Evidently, Gordion was at the nexus of many empires and artistic traditions, which were reflected in the iconography of cylinder seals produced in the city. The inclusion of the winged disk on the seal may be characterised as “a self-consciously extra overt assertion of affiliation” with Neo-Assyria but it is also recognised as a well-known icon of the Egyptian, Near Eastern, and even Anatolian artistic traditions. In each it tends to represent religious devotion or worship, with the implication that reverence of “the gods, and worship of the gods, leads to a fertile existence” (Dusinberre 2005: 53-54).

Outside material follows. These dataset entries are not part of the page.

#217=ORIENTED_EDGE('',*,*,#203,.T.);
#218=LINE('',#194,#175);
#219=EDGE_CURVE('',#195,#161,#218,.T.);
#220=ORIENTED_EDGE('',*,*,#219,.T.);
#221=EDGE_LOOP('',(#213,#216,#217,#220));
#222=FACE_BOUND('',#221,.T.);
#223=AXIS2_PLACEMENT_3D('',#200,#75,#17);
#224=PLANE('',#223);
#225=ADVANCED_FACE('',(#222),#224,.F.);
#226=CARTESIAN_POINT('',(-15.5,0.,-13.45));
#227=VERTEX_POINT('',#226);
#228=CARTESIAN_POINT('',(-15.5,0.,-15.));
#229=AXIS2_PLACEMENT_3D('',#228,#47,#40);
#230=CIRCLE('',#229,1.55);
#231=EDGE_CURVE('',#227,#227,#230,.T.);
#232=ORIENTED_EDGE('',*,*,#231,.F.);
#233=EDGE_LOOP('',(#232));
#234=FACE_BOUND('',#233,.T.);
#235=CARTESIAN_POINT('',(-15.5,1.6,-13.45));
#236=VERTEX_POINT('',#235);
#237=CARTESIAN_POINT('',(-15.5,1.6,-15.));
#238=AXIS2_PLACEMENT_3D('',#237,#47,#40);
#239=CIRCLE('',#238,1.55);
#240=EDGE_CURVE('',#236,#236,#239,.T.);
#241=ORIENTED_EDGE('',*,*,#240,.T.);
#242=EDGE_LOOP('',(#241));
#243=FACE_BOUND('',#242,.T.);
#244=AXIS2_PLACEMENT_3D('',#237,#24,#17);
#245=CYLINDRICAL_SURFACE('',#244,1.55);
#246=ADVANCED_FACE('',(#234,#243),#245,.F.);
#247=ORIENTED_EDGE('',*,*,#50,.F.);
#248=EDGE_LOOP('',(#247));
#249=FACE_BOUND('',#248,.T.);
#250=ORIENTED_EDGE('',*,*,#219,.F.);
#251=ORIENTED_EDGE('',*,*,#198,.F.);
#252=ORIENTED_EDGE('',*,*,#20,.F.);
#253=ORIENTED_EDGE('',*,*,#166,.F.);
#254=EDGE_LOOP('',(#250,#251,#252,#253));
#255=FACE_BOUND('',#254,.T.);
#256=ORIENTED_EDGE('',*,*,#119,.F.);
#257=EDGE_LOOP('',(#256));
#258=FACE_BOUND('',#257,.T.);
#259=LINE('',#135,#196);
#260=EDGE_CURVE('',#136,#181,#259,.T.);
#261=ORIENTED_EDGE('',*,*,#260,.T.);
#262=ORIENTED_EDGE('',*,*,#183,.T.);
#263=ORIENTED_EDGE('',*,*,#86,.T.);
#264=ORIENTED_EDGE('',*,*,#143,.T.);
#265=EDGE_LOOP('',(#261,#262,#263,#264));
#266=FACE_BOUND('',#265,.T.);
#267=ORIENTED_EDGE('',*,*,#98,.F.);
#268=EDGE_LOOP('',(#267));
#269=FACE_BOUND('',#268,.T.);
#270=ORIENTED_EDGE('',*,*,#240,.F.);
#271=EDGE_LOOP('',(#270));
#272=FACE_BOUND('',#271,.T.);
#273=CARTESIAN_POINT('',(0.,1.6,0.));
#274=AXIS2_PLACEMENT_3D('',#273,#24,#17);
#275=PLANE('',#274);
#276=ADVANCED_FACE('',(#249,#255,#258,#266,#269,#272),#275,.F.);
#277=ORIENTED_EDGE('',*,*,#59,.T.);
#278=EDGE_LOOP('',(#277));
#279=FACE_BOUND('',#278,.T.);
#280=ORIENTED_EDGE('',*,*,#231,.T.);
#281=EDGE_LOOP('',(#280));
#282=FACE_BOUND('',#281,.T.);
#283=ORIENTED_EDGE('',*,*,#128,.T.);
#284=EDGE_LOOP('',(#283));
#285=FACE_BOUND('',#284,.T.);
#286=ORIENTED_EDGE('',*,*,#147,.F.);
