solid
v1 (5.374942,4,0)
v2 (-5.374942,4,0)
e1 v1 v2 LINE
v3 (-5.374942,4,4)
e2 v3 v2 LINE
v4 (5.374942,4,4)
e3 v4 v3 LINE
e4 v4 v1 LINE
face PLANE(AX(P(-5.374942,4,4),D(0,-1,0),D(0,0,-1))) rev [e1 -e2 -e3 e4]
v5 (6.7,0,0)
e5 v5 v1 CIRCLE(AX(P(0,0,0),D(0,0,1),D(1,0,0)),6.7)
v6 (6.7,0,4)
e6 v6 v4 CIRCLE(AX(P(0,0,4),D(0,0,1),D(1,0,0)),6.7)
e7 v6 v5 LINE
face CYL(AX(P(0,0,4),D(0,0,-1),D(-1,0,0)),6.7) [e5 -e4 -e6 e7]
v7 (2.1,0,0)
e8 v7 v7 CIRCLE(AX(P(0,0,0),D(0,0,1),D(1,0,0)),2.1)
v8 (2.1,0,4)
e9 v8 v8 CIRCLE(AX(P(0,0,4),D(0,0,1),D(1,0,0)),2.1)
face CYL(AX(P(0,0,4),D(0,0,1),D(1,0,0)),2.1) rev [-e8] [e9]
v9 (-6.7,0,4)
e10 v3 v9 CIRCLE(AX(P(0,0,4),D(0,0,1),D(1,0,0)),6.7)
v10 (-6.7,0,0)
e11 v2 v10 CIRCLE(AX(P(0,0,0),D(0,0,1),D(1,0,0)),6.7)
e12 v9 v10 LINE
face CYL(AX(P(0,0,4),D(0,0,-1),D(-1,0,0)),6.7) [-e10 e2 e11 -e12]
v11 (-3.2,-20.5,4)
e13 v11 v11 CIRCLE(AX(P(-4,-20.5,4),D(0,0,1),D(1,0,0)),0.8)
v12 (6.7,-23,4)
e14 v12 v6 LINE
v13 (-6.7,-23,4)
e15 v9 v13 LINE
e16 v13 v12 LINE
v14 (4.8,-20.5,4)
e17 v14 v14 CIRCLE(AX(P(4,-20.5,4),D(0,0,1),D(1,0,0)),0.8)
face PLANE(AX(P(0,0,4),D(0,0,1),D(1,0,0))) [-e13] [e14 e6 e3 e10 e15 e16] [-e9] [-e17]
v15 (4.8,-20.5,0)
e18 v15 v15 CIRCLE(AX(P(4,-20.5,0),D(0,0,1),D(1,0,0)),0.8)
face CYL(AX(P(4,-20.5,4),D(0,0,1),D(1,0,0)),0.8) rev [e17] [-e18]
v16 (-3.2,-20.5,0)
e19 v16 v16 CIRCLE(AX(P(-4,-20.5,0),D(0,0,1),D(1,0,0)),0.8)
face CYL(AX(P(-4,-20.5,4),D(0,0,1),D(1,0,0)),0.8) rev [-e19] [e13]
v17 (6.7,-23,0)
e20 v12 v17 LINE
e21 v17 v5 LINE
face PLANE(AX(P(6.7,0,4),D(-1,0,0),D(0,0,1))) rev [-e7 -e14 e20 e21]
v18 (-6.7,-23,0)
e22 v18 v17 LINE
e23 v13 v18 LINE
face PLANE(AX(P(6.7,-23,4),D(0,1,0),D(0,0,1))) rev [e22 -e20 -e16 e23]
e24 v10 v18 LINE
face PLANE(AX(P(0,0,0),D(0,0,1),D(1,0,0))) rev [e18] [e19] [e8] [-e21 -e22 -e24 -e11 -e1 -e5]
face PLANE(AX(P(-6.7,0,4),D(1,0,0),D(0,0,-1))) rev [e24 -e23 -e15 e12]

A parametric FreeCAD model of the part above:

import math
import FreeCAD as App
import Part
import Sketcher

V = App.Vector

doc = App.newDocument("Part")
body = doc.addObject("PartDesign::Body", "Body")

# Sketch on XY plane
sketch1 = body.newObject("Sketcher::SketchObject", "Sketch")
sketch1.AttachmentSupport = (doc.getObject("XY_Plane"), [""])
sketch1.MapMode = "FlatFace"
sketch1.addGeometry([
    Part.LineSegment(V(-6.7, 0, 0), V(-6.7, -23, 0)),  # 0
    Part.LineSegment(V(-6.7, -23, 0), V(6.7, -23, 0)),  # 1
    Part.LineSegment(V(6.7, -23, 0), V(6.7, 0, 0)),  # 2
    Part.ArcOfCircle(Part.Circle(V(0, 0, 0), V(0, 0, 1), 6.7), math.radians(0), math.radians(36.656405)),  # 3
    Part.LineSegment(V(5.374942, 4, 0), V(-5.374942, 4, 0)),  # 4
    Part.ArcOfCircle(Part.Circle(V(0, 0, 0), V(0, 0, 1), 6.7), math.radians(143.343595), math.radians(180)),  # 5
], False)
sketch1.addConstraint([
    Sketcher.Constraint("Coincident", 0, 2, 1, 1),
    Sketcher.Constraint("Coincident", 1, 2, 2, 1),
    Sketcher.Constraint("Tangent", 2, 2, 3, 1),
    Sketcher.Constraint("Coincident", 3, 2, 4, 1),
    Sketcher.Constraint("Coincident", 4, 2, 5, 1),
    Sketcher.Constraint("Tangent", 5, 2, 0, 1),
    Sketcher.Constraint("Vertical", 0),
    Sketcher.Constraint("Horizontal", 1),
    Sketcher.Constraint("Vertical", 2),
    Sketcher.Constraint("Horizontal", 4),
    Sketcher.Constraint("Coincident", 3, 3, -1, 1),
    Sketcher.Constraint("Coincident", 5, 3, -1, 1),
    Sketcher.Constraint("Equal", 3, 5),
    Sketcher.Constraint("Radius", 3, 6.7),
    Sketcher.Constraint("DistanceY", 0, 2, 0, 1, 23.0),
    Sketcher.Constraint("DistanceY", -1, 1, 3, 2, 4.0),
])
pad1 = body.newObject("PartDesign::Pad", "Pad")
pad1.Profile = sketch1
pad1.Length = 4

# Sketch on XY plane
sketch2 = body.newObject("Sketcher::SketchObject", "Sketch001")
sketch2.AttachmentSupport = (doc.getObject("XY_Plane"), [""])
sketch2.MapMode = "FlatFace"
sketch2.AttachmentOffset = App.Placement(V(0, 0, 4), App.Rotation())
sketch2.addGeometry([
    Part.Circle(V(-4, -20.5, 0), V(0, 0, 1), 0.8),
    Part.Circle(V(4, -20.5, 0), V(0, 0, 1), 0.8),
], False)
sketch2.addConstraint([
    Sketcher.Constraint("Equal", 0, 1),
    Sketcher.Constraint("Symmetric", 0, 3, 1, 3, -2),
    Sketcher.Constraint("Diameter", 0, 1.6),
    Sketcher.Constraint("DistanceX", 0, 3, -1, 1, 4.0),
    Sketcher.Constraint("DistanceY", 0, 3, -1, 1, 20.5),
])
doc.recompute()
hole = body.newObject("PartDesign::Hole", "Hole")
hole.Profile = sketch2
hole.ThreadType = "None"
hole.Diameter = 1.6
hole.DepthType = "ThroughAll"

# Sketch on XY plane
sketch3 = body.newObject("Sketcher::SketchObject", "Sketch002")
sketch3.AttachmentSupport = (doc.getObject("XY_Plane"), [""])
sketch3.MapMode = "FlatFace"
sketch3.AttachmentOffset = App.Placement(V(0, 0, 4), App.Rotation())
sketch3.addGeometry(Part.Circle(V(0, 0, 0), V(0, 0, 1), 2.1), False)
sketch3.addConstraint([
    Sketcher.Constraint("Coincident", 0, 3, -1, 1),
    Sketcher.Constraint("Diameter", 0, 4.2),
])
doc.recompute()
hole2 = body.newObject("PartDesign::Hole", "Hole001")
hole2.Profile = sketch3
hole2.ThreadType = "None"
hole2.Diameter = 4.2
hole2.DepthType = "ThroughAll"

doc.recompute()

This article has introduced three seals that feature iconography often shared by the various empires and kingdoms of the Iron Age Near East. The first, unearthed by a Grand Tour traveller in 19th-century Iraq, offers an idea of the extent of Neo-Assyrian cultural influence across the Iron Age Near East. The second, of Urartian manufacture and currently in the collection of the Metropolitan Museum of Art, showcases a lion hunting party and its possible interpretations. In my next article, the final part of this series, these will be examined in a comparative analysis with the third seal, excavated at the ancient site of Gordion, to highlight the interaction of artistic traditions from Neo-Assyria, Persia, and Anatolia. Through these case studies, we can investigate the contextual significance and cultural implications of these symbols within their respective empires, shedding light on their enduring legacy and influence.

Notes

1 Chahin, M. 2001. The Kingdom of Armenia: A History. East Sussex: Psychology Press.
2 Collon, D. 2001. Catalogue of the Western Asiatic Seals in the British Museum: Cylinder Seals V: Neo-Assyrian and Neo-Babylonian Periods. London: BMP.
3 Dusinberre, E. 2005. Gordion Seals and Sealings: Individuals and Society. Gordion Special Series III. Philadelphia: University of Pennsylvania Museum of Archaeology and Anthropology.
4 Keppel, G. 1827. Personal Narrative of a Journey from India to England, by Bussorah, Bagdad, the Ruins of Babylon, Curdistan, the Court of Persia, the Western Shore of the Caspian Sea, Astrakhan, Nishney Novogorod, Moscow, and St Petersburgh in the Year 1824. Philadelphia: Carey, Lea & Carey.
5 Mazar, A. 1992. Archaeology of the Land of the Bible 10,000 - 586 BCE. New Haven: Yale University Press.
6 Penn Museum. 2018a. “Seals at Gordion.” Philadelphia: The University of Pennsylvania Museum.
7 Penn Museum. 2018b. “The Gordion Archaeological Project.” Philadelphia: The University of Pennsylvania Museum.
8 Pitman, H. and J. Aruz. 1987. Ancient Art in Miniature: Eastern Seals from the Collection of Martin and Sarah Cherkasky. New York: The Metropolitan Museum of Art.
9 The British Museum. 2020. “Cylinder seal.” London: The British Museum.
10 Woolley, L. 1961a. Art of the World: Mesopotamia and the Middle East. London: Methuen Publishing.